Kinetic model of Proteus mirabilis swarm colony development
- Cite this article as:
- Esipov, S. & Shapiro, J. J Math Biol (1998) 36: 249. doi:10.1007/s002850050100
Proteus mirabilis colonies display striking symmetry and periodicity. Based on experimental observations of cellular differentiation and group motility, a kinetic model has been developed to describe the swarmer cell differentiation-dedifferentiation cycle and the spatial evolution of swimmer and swarmer cells during Proteus mirabilis swarm colony development. A key element of the model is the age dependence of swarmer cell behaviour, in particular specifying a minimal age for motility and maximum age for septation and dedifferentiation to swimmer cells.
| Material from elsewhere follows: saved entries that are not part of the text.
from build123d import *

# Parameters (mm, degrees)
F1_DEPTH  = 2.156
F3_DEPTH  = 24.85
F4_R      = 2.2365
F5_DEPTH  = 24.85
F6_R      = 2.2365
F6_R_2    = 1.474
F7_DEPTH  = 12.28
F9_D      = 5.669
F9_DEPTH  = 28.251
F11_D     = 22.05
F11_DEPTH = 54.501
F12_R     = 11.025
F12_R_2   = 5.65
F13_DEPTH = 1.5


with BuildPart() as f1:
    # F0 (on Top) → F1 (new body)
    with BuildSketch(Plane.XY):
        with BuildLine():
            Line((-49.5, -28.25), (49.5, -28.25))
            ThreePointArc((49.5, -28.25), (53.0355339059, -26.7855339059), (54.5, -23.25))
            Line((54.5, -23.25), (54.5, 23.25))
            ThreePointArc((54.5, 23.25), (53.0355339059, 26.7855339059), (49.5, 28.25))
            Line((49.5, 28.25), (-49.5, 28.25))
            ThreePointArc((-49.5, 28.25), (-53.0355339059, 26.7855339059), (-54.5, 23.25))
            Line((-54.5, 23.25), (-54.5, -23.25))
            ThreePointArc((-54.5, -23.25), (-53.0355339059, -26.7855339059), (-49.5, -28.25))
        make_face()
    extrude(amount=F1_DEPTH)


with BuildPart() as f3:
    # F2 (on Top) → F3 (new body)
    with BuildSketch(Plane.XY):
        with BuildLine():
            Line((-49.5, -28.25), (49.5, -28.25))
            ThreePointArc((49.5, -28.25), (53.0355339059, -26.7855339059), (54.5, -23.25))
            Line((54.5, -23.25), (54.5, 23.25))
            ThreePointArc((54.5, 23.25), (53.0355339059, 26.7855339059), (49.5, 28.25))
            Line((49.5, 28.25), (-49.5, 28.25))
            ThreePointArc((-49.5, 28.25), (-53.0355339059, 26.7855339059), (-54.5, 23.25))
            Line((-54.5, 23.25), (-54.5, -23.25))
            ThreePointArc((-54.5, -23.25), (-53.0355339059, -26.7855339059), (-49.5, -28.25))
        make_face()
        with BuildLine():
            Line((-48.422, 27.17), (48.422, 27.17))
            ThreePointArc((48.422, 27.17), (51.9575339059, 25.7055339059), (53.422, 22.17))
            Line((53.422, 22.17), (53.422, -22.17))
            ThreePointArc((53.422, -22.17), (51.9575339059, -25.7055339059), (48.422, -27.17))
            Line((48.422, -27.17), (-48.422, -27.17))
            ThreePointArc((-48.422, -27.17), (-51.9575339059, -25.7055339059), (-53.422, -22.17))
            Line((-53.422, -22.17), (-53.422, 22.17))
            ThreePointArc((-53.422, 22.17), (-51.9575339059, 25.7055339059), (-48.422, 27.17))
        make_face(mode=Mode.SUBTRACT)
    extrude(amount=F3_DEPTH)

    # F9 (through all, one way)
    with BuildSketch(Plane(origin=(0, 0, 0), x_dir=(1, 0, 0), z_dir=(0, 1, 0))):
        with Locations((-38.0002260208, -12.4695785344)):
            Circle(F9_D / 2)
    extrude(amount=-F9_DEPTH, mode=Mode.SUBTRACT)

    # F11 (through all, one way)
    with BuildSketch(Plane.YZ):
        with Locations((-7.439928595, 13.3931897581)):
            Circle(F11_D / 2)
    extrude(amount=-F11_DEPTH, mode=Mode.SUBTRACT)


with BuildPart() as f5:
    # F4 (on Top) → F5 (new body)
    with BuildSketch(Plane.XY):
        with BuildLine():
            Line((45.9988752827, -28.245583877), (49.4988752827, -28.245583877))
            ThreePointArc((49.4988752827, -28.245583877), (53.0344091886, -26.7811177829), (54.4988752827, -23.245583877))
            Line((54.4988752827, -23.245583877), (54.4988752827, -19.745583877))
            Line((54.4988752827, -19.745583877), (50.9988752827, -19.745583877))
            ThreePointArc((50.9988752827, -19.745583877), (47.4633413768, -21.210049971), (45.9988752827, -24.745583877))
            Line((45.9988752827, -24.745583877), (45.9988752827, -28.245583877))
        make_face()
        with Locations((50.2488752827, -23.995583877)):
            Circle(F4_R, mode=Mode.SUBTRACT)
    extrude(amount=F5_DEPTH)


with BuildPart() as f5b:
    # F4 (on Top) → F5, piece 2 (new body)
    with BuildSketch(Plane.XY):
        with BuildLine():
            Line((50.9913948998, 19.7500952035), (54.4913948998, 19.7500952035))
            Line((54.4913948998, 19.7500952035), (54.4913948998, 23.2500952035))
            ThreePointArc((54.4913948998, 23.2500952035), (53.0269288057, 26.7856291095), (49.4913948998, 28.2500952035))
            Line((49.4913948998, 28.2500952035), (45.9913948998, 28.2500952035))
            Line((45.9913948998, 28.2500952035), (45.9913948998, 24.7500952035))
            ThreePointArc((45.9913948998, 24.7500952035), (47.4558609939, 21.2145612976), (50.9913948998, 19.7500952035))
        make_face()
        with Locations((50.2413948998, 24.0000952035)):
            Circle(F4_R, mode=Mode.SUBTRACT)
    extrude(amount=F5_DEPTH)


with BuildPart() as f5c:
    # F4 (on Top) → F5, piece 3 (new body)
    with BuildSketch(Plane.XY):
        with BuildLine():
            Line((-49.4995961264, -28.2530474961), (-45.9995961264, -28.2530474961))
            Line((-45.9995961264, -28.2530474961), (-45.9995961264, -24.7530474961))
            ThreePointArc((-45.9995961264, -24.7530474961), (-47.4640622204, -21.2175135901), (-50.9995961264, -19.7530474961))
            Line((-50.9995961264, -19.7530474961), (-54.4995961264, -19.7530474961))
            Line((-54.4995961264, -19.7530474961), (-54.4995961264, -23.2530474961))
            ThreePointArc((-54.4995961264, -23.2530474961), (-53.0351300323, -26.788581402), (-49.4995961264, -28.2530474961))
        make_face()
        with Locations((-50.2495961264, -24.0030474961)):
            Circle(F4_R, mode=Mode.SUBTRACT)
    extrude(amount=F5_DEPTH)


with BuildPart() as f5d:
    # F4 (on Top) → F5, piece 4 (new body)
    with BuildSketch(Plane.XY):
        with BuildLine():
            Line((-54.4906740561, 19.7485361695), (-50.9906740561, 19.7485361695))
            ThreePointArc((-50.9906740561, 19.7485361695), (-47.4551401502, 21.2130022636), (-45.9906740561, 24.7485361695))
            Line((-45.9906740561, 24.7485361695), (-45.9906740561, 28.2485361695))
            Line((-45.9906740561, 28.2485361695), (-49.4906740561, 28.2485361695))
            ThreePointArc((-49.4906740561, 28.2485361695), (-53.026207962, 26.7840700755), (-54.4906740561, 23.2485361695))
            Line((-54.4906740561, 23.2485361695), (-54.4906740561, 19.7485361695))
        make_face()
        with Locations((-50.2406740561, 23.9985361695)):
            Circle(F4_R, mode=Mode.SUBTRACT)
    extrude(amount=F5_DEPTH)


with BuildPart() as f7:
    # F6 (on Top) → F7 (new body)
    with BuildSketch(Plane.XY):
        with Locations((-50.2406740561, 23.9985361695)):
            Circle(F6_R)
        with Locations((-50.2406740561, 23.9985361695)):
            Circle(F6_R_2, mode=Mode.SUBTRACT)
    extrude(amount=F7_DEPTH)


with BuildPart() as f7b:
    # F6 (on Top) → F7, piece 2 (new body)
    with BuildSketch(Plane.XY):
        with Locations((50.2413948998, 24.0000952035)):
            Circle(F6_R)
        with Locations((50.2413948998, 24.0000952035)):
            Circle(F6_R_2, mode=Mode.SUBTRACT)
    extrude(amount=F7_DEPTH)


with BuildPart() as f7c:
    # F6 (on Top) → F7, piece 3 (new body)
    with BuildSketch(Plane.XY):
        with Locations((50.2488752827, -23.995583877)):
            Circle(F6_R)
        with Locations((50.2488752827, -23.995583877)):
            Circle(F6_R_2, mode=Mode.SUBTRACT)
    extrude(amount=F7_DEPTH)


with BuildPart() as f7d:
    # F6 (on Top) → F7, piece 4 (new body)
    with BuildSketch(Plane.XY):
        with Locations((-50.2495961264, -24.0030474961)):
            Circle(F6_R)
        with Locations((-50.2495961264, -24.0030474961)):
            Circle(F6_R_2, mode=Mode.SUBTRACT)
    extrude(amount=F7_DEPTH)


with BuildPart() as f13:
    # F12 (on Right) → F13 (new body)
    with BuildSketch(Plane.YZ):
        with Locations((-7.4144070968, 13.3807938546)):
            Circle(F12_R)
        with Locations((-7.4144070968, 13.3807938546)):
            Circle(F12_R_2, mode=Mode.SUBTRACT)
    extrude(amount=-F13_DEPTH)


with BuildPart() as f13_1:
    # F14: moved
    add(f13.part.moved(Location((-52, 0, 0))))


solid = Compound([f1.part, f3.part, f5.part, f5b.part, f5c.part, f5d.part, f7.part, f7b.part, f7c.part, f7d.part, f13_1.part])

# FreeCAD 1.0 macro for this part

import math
import FreeCAD as App
import Part
import Sketcher
from FreeCAD import Vector
Q = App.Units.Quantity

doc = App.newDocument("Part")
body = doc.addObject("PartDesign::Body", "Body")

sketch1 = body.newObject("Sketcher::SketchObject", "Sketch")
sketch1.AttachmentSupport = (doc.getObject("XY_Plane"), [""])
sketch1.MapMode = "FlatFace"
sketch1.addGeometry([
    Part.LineSegment(Vector(-49.5, -28.25, 0), Vector(49.5, -28.25, 0)),
    Part.ArcOfCircle(Part.Circle(Vector(49.5, -23.25, 0), Vector(0, 0, 1), 5), math.radians(-90), math.radians(0)),
    Part.LineSegment(Vector(54.5, -23.25, 0), Vector(54.5, 23.25, 0)),
    Part.ArcOfCircle(Part.Circle(Vector(49.5, 23.25, 0), Vector(0, 0, 1), 5), math.radians(0), math.radians(90)),
    Part.LineSegment(Vector(49.5, 28.25, 0), Vector(-49.5, 28.25, 0)),
    Part.ArcOfCircle(Part.Circle(Vector(-49.5, 23.25, 0), Vector(0, 0, 1), 5), math.radians(90), math.radians(180)),
    Part.LineSegment(Vector(-54.5, 23.25, 0), Vector(-54.5, -23.25, 0)),
    Part.ArcOfCircle(Part.Circle(Vector(-49.5, -23.25, 0), Vector(0, 0, 1), 5), math.radians(180), math.radians(270)),
], False)
sketch1.addConstraint([
    Sketcher.Constraint("Tangent", 0, 2, 1, 1),
    Sketcher.Constraint("Tangent", 1, 2, 2, 1),
    Sketcher.Constraint("Tangent", 2, 2, 3, 1),
    Sketcher.Constraint("Tangent", 3, 2, 4, 1),
    Sketcher.Constraint("Tangent", 4, 2, 5, 1),
    Sketcher.Constraint("Tangent", 5, 2, 6, 1),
Density thresholds for collective motility by mature swarmer cells serve to synchronize the movements of distinct swarmer cell groups and thus help provide temporal coherence to colony expansion cycles. Numerical computations show that the model fits experimental data by generating a complete swarming plus consolidation cycle period that is robust to changes in parameters which affect other aspects of swarmer cell migration and colony development. The kinetic equations underlying this model provide a different mathematical basis for a temporal oscillator from reaction-diffusion partial differential equations. The modelling shows that Proteus colony geometries arise as a consequence of macroscopic rules governing collective motility. Thus, in this case, pattern formation results from the operation of an adaptive bacterial system for spreading on solid substrates, not as an independent biological function. Kinetic models similar to this one may be applicable to periodic phenomena displayed by other biological systems with differentiated components of defined lifetimes.